Y aunque debas olvidarme por un momento
Para luego evocarme, no lo lamentes:
Pues la oscuridad y la pena dejan
Un vestigio de los pensamientos que tuve:
Es mejor el olvido en tu sonrisa
Que la tristeza ahogada en tu recuerdo”.
No es suficiente, Rosseti. El recuerdo sigue siendo trágico y doliente, seguirá presente hasta la muerte. Entonces, ¿la única solución es perecer para que el olvido se realice? John Barlas tiene la respuesta en su poesía.

¡Olvido! ¿No es un nombre de la muerte?
No, no es la muerte del Leteo su más triste nombre,
Es la muerte que crece hora tras hora dentro de nosotros,
Muerte que penetra lenta en nuestra mente, el aliento
Del alma en retroceso se permite una sentencia:
Hoy soy el mismo que fui ayer,
Engaño, pues sus pensamientos
Huyen como el humo de las llamas,
Y como un manto de rocío extinguen su dolor.
Cambiante es el río, aunque las olas permanecen,
Sus rocas nunca se adormecen
En las caricias de la espuma.
Cambiante es el río.
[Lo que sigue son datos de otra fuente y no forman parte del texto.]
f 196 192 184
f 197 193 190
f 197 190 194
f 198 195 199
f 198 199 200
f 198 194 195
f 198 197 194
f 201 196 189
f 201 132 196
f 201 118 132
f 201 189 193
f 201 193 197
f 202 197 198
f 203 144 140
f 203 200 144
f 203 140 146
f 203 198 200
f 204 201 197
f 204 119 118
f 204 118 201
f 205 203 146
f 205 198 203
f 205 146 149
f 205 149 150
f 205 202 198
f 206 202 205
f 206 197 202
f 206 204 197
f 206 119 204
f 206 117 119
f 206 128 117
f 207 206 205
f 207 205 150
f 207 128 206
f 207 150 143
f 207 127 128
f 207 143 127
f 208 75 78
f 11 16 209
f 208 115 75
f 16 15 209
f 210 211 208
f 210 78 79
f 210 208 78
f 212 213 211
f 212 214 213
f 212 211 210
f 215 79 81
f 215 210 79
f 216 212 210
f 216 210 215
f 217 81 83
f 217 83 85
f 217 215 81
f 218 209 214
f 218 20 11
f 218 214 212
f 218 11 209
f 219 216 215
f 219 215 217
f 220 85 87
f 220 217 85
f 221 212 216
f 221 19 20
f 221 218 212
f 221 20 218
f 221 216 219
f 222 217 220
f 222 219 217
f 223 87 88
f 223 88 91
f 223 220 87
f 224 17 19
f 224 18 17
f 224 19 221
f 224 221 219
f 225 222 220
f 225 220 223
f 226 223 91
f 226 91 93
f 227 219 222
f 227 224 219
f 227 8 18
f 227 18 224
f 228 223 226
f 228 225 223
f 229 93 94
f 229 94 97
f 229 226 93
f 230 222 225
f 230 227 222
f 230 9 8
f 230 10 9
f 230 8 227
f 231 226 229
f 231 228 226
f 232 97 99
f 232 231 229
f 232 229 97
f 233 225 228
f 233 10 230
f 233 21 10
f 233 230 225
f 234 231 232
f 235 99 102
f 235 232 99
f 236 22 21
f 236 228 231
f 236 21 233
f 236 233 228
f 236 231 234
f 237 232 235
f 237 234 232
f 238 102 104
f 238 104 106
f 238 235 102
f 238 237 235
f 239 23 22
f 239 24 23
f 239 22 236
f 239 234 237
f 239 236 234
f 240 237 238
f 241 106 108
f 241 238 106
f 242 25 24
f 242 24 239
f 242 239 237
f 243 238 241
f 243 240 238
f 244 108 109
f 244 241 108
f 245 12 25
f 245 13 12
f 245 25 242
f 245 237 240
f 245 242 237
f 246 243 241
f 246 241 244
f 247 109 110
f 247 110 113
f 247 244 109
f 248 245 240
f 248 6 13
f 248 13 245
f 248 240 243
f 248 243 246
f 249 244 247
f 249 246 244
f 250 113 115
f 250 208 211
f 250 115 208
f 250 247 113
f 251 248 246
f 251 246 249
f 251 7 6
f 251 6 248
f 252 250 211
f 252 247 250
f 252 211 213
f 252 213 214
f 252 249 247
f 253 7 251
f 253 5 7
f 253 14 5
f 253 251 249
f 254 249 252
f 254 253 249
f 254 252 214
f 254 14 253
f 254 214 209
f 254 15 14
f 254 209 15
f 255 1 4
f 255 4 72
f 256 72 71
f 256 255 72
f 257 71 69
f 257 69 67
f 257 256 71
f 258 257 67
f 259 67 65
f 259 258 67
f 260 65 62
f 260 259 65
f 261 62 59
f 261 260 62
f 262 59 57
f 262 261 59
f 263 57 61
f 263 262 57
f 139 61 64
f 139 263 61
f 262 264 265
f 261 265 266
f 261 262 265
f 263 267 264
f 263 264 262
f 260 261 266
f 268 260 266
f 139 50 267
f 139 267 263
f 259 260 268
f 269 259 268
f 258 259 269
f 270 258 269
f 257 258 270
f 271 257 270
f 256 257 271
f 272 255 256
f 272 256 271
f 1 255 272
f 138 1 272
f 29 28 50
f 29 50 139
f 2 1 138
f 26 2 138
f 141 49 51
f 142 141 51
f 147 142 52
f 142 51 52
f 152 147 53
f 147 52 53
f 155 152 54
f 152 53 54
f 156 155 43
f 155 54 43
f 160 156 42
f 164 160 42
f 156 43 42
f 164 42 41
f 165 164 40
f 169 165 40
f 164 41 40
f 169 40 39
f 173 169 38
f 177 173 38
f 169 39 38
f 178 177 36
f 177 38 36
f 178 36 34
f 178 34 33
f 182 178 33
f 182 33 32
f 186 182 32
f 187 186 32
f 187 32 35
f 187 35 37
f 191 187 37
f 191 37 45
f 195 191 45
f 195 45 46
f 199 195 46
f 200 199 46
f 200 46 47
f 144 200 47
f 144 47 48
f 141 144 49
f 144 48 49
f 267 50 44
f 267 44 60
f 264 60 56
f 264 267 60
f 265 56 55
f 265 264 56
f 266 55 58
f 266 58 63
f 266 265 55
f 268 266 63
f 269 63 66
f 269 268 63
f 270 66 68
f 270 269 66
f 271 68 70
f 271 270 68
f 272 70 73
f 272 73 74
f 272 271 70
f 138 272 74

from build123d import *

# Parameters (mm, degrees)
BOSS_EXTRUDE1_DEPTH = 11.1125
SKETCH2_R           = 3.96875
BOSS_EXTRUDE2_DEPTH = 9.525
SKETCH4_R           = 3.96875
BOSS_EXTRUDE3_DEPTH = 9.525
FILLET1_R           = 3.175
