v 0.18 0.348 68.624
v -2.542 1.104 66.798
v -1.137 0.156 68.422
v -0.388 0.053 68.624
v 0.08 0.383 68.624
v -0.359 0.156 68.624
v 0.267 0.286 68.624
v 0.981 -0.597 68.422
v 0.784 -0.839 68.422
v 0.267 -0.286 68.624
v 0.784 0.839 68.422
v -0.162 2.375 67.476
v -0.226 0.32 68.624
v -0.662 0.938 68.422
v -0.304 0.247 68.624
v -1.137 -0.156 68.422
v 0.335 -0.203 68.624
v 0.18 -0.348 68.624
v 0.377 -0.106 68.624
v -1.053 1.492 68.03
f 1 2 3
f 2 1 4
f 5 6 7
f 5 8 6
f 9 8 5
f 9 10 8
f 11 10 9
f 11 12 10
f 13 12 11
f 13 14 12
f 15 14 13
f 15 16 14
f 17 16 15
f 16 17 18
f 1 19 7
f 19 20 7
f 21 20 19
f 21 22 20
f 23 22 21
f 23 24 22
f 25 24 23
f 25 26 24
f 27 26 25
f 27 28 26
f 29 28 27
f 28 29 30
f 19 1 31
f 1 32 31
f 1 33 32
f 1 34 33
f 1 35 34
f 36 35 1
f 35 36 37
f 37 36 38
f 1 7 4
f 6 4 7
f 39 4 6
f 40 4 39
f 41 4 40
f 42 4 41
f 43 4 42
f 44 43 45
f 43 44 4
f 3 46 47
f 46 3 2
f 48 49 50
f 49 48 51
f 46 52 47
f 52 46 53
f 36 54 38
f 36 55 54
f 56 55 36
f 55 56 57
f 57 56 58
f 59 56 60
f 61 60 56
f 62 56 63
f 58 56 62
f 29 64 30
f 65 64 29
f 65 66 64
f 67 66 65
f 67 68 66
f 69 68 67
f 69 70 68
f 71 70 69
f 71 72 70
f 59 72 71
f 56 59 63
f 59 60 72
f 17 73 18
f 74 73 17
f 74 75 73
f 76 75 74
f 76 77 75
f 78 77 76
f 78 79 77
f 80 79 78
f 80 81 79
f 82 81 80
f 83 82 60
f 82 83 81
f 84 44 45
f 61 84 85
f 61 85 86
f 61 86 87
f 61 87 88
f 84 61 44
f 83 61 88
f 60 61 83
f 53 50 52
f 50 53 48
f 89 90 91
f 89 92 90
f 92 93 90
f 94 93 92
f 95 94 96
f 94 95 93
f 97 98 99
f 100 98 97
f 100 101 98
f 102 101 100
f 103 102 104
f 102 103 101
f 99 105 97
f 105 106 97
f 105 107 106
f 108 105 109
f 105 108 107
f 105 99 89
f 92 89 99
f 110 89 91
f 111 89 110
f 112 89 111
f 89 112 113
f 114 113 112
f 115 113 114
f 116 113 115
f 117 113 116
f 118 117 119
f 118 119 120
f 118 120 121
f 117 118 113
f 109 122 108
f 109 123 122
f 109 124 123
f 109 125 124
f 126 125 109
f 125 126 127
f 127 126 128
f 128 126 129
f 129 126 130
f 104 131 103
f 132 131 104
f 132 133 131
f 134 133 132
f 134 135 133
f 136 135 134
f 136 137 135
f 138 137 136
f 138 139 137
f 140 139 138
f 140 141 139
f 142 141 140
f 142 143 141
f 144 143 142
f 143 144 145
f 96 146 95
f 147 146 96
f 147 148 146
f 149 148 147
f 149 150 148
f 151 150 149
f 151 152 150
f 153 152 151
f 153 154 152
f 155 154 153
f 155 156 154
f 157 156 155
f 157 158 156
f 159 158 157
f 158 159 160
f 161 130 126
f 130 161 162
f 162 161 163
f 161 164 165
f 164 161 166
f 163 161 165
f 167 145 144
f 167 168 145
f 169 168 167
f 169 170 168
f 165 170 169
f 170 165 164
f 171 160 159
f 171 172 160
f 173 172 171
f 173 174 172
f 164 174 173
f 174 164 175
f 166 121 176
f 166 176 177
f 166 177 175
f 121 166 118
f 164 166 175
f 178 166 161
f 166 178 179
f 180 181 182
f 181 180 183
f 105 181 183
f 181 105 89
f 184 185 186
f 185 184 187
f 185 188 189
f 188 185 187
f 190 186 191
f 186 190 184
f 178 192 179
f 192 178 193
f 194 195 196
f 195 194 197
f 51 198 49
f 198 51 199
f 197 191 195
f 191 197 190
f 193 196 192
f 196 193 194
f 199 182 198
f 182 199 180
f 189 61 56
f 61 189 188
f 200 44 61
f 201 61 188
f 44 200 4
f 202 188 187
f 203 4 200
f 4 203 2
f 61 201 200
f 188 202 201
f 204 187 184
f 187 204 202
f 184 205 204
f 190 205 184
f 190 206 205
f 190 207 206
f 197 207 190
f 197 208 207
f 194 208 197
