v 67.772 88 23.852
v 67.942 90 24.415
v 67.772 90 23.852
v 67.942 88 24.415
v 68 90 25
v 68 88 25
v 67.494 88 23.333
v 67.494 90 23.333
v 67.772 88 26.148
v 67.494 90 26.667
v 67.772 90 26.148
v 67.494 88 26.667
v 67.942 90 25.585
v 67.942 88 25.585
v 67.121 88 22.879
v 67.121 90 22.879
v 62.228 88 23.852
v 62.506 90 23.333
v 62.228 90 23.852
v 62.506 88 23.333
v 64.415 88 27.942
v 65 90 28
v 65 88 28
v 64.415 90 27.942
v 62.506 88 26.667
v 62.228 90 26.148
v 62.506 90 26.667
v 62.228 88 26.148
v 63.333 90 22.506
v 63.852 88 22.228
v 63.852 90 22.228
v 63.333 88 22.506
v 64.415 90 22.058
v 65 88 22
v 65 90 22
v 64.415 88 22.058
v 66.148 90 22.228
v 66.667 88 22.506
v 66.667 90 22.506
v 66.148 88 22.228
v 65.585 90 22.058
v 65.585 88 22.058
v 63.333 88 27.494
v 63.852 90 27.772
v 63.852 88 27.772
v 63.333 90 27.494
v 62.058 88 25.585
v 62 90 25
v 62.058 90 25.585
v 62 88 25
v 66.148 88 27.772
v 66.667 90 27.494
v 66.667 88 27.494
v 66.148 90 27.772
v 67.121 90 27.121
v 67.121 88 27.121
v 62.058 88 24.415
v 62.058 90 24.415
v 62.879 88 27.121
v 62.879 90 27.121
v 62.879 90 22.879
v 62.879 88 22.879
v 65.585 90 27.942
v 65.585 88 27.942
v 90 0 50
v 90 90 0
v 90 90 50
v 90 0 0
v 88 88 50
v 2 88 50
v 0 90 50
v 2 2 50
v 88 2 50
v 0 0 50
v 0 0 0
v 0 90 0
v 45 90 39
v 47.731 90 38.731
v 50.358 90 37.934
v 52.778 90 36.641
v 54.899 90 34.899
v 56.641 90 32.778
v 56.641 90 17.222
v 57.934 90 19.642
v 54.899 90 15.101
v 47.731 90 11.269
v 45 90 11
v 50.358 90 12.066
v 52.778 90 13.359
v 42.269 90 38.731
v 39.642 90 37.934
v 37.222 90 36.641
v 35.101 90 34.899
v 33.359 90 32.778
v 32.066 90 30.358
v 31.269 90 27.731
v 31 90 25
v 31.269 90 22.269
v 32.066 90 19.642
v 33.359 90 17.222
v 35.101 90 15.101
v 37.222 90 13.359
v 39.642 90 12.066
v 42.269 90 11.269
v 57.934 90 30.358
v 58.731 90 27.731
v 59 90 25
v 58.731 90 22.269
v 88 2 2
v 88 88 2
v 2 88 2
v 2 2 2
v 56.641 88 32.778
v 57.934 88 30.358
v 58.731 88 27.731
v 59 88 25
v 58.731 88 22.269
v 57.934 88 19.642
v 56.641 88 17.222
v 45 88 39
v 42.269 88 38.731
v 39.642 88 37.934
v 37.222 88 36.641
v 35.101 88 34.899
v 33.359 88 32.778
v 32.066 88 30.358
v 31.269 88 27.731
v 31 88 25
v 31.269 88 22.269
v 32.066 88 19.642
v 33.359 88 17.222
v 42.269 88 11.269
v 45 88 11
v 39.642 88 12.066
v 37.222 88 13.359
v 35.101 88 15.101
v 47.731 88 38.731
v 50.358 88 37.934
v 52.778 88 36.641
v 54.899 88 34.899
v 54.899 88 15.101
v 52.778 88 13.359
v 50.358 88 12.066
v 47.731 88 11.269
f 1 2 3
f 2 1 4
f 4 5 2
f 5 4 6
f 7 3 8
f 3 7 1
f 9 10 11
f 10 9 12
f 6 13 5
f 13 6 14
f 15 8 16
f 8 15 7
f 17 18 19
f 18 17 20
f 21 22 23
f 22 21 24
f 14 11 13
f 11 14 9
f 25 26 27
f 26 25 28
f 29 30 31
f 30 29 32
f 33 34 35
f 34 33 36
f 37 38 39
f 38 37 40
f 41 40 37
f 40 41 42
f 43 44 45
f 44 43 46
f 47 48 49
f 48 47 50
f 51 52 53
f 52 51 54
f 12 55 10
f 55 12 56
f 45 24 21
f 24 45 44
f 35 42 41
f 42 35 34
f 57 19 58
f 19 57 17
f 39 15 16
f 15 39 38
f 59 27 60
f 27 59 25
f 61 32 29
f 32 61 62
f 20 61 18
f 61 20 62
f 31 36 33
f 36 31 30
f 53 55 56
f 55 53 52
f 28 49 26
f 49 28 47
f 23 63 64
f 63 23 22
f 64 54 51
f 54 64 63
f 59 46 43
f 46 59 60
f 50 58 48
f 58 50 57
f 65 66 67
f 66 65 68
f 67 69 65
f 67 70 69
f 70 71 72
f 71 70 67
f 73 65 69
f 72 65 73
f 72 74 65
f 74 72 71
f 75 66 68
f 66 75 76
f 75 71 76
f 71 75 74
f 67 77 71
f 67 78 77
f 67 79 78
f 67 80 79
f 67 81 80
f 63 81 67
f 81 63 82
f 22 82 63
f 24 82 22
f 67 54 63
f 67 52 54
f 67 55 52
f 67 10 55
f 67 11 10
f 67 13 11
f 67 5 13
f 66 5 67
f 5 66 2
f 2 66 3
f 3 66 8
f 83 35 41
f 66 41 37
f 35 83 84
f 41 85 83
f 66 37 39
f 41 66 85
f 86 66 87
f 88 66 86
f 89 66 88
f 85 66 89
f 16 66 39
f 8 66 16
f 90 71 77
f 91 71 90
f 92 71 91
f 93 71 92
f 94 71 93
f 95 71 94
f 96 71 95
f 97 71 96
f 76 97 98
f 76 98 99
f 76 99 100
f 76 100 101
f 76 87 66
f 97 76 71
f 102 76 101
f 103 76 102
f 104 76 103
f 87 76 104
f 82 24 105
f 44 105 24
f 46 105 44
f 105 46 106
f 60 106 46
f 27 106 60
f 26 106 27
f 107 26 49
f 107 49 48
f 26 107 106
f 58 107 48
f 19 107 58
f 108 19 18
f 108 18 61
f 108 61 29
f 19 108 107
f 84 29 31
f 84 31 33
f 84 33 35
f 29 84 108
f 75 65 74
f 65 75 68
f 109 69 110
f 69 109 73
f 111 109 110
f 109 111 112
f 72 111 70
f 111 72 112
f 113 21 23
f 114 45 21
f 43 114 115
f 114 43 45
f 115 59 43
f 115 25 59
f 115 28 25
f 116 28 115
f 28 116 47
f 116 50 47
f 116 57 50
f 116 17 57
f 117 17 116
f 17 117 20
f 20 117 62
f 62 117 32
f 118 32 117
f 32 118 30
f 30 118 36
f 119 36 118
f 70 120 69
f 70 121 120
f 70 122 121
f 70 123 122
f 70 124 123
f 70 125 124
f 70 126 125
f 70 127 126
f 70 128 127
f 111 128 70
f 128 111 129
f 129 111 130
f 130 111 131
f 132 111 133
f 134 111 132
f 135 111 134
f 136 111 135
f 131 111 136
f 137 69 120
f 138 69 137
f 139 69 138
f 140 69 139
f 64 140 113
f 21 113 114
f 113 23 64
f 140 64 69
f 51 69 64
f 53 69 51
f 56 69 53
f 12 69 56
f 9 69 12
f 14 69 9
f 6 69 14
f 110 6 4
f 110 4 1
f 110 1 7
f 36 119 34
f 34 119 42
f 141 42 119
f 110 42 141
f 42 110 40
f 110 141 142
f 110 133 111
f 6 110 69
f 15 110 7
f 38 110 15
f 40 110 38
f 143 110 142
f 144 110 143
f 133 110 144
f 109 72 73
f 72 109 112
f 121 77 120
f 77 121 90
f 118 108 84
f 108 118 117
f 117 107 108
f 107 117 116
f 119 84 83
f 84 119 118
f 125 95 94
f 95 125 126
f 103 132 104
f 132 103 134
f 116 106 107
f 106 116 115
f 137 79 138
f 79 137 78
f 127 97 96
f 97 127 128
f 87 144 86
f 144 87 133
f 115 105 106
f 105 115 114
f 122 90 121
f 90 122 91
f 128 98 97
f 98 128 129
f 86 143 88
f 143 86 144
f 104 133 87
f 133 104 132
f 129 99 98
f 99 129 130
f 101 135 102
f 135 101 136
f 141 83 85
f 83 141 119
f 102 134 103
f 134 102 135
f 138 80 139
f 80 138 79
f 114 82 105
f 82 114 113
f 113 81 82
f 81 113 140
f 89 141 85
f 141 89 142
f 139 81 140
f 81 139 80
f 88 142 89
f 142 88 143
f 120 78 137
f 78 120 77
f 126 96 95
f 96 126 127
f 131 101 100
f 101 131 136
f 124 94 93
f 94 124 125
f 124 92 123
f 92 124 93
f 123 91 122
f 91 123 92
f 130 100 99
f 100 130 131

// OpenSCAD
$fn = 32;

// ----------------------------------------------------------------------
// Vent box: roundvent enclosure
// ----------------------------------------------------------------------

// --- parameters (mm) ---
box_l = 90;               // box length, X
box_w = 90;               // box width, Y
box_h = 50;               // box height, Z
wall_t = 2;               // shell wall thickness
vent_d = 28;              // central vent diameter
ring_d = 6;               // ring hole diameter
n_ring = 8;               // holes in the ring
ring_r = 20;              // ring radius

ring_step = 360 / n_ring;  // ring hole angular step

difference() {
  cube([box_l, box_w, box_h]);
  translate([wall_t, wall_t, wall_t])
    cube([box_l - 2 * wall_t, box_w - 2 * wall_t, box_h]);
  translate([box_l / 2, box_w - wall_t - 1, box_h / 2])
    rotate([-90, 0, 0]) cylinder(h = wall_t + 2, d = vent_d);
  for (i = [0 : n_ring - 1])
    translate([box_l / 2, box_w - wall_t - 1, box_h / 2])
      rotate([0, 0, i * ring_step])
        translate([ring_r, 0, 0]) rotate([-90, 0, 0])
          cylinder(h = wall_t + 2, d = ring_d);
}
Se ha ido hacia la fuente,
Junto con el sueño del ayer y la fortuna del estío,
Los pensamientos del corazón ya no regresarán”.
Quizá tengas razón Barlas, el olvido es una de las formas más crueles de la muerte; un paulatino desaparecer del universo, como un agujero negro que poco a poco absorbe rostros, amores, desdichas. Lo que necesito es olvidar su recuerdo para poder llegar al amanecer y poder decir “Sobreviví a la noche” como lo hizo Emily Dickinson en su poema homónimo.
“De algún modo sobreviví la noche
y entré en el día.
Al salvado le basta su salvación
aunque no sepa el cómo.
Así tomo mi lugar entre los vivos,
como alguien me escoltase,
candidata al azar de la mañana
pero citada con los muertos”.
–
Para superar el pasado hay que olvidar o dicho con otras palabras, hay que matar. La Maga nunca murió dentro de la novela “Rayuela”, sólo fue olvidada por Oliveira. Hay que hacer lo mismo con todos los recuerdos que regresan por venganza , de lo contrario nunca sobreviviremos a las noches de lluvia y soledad.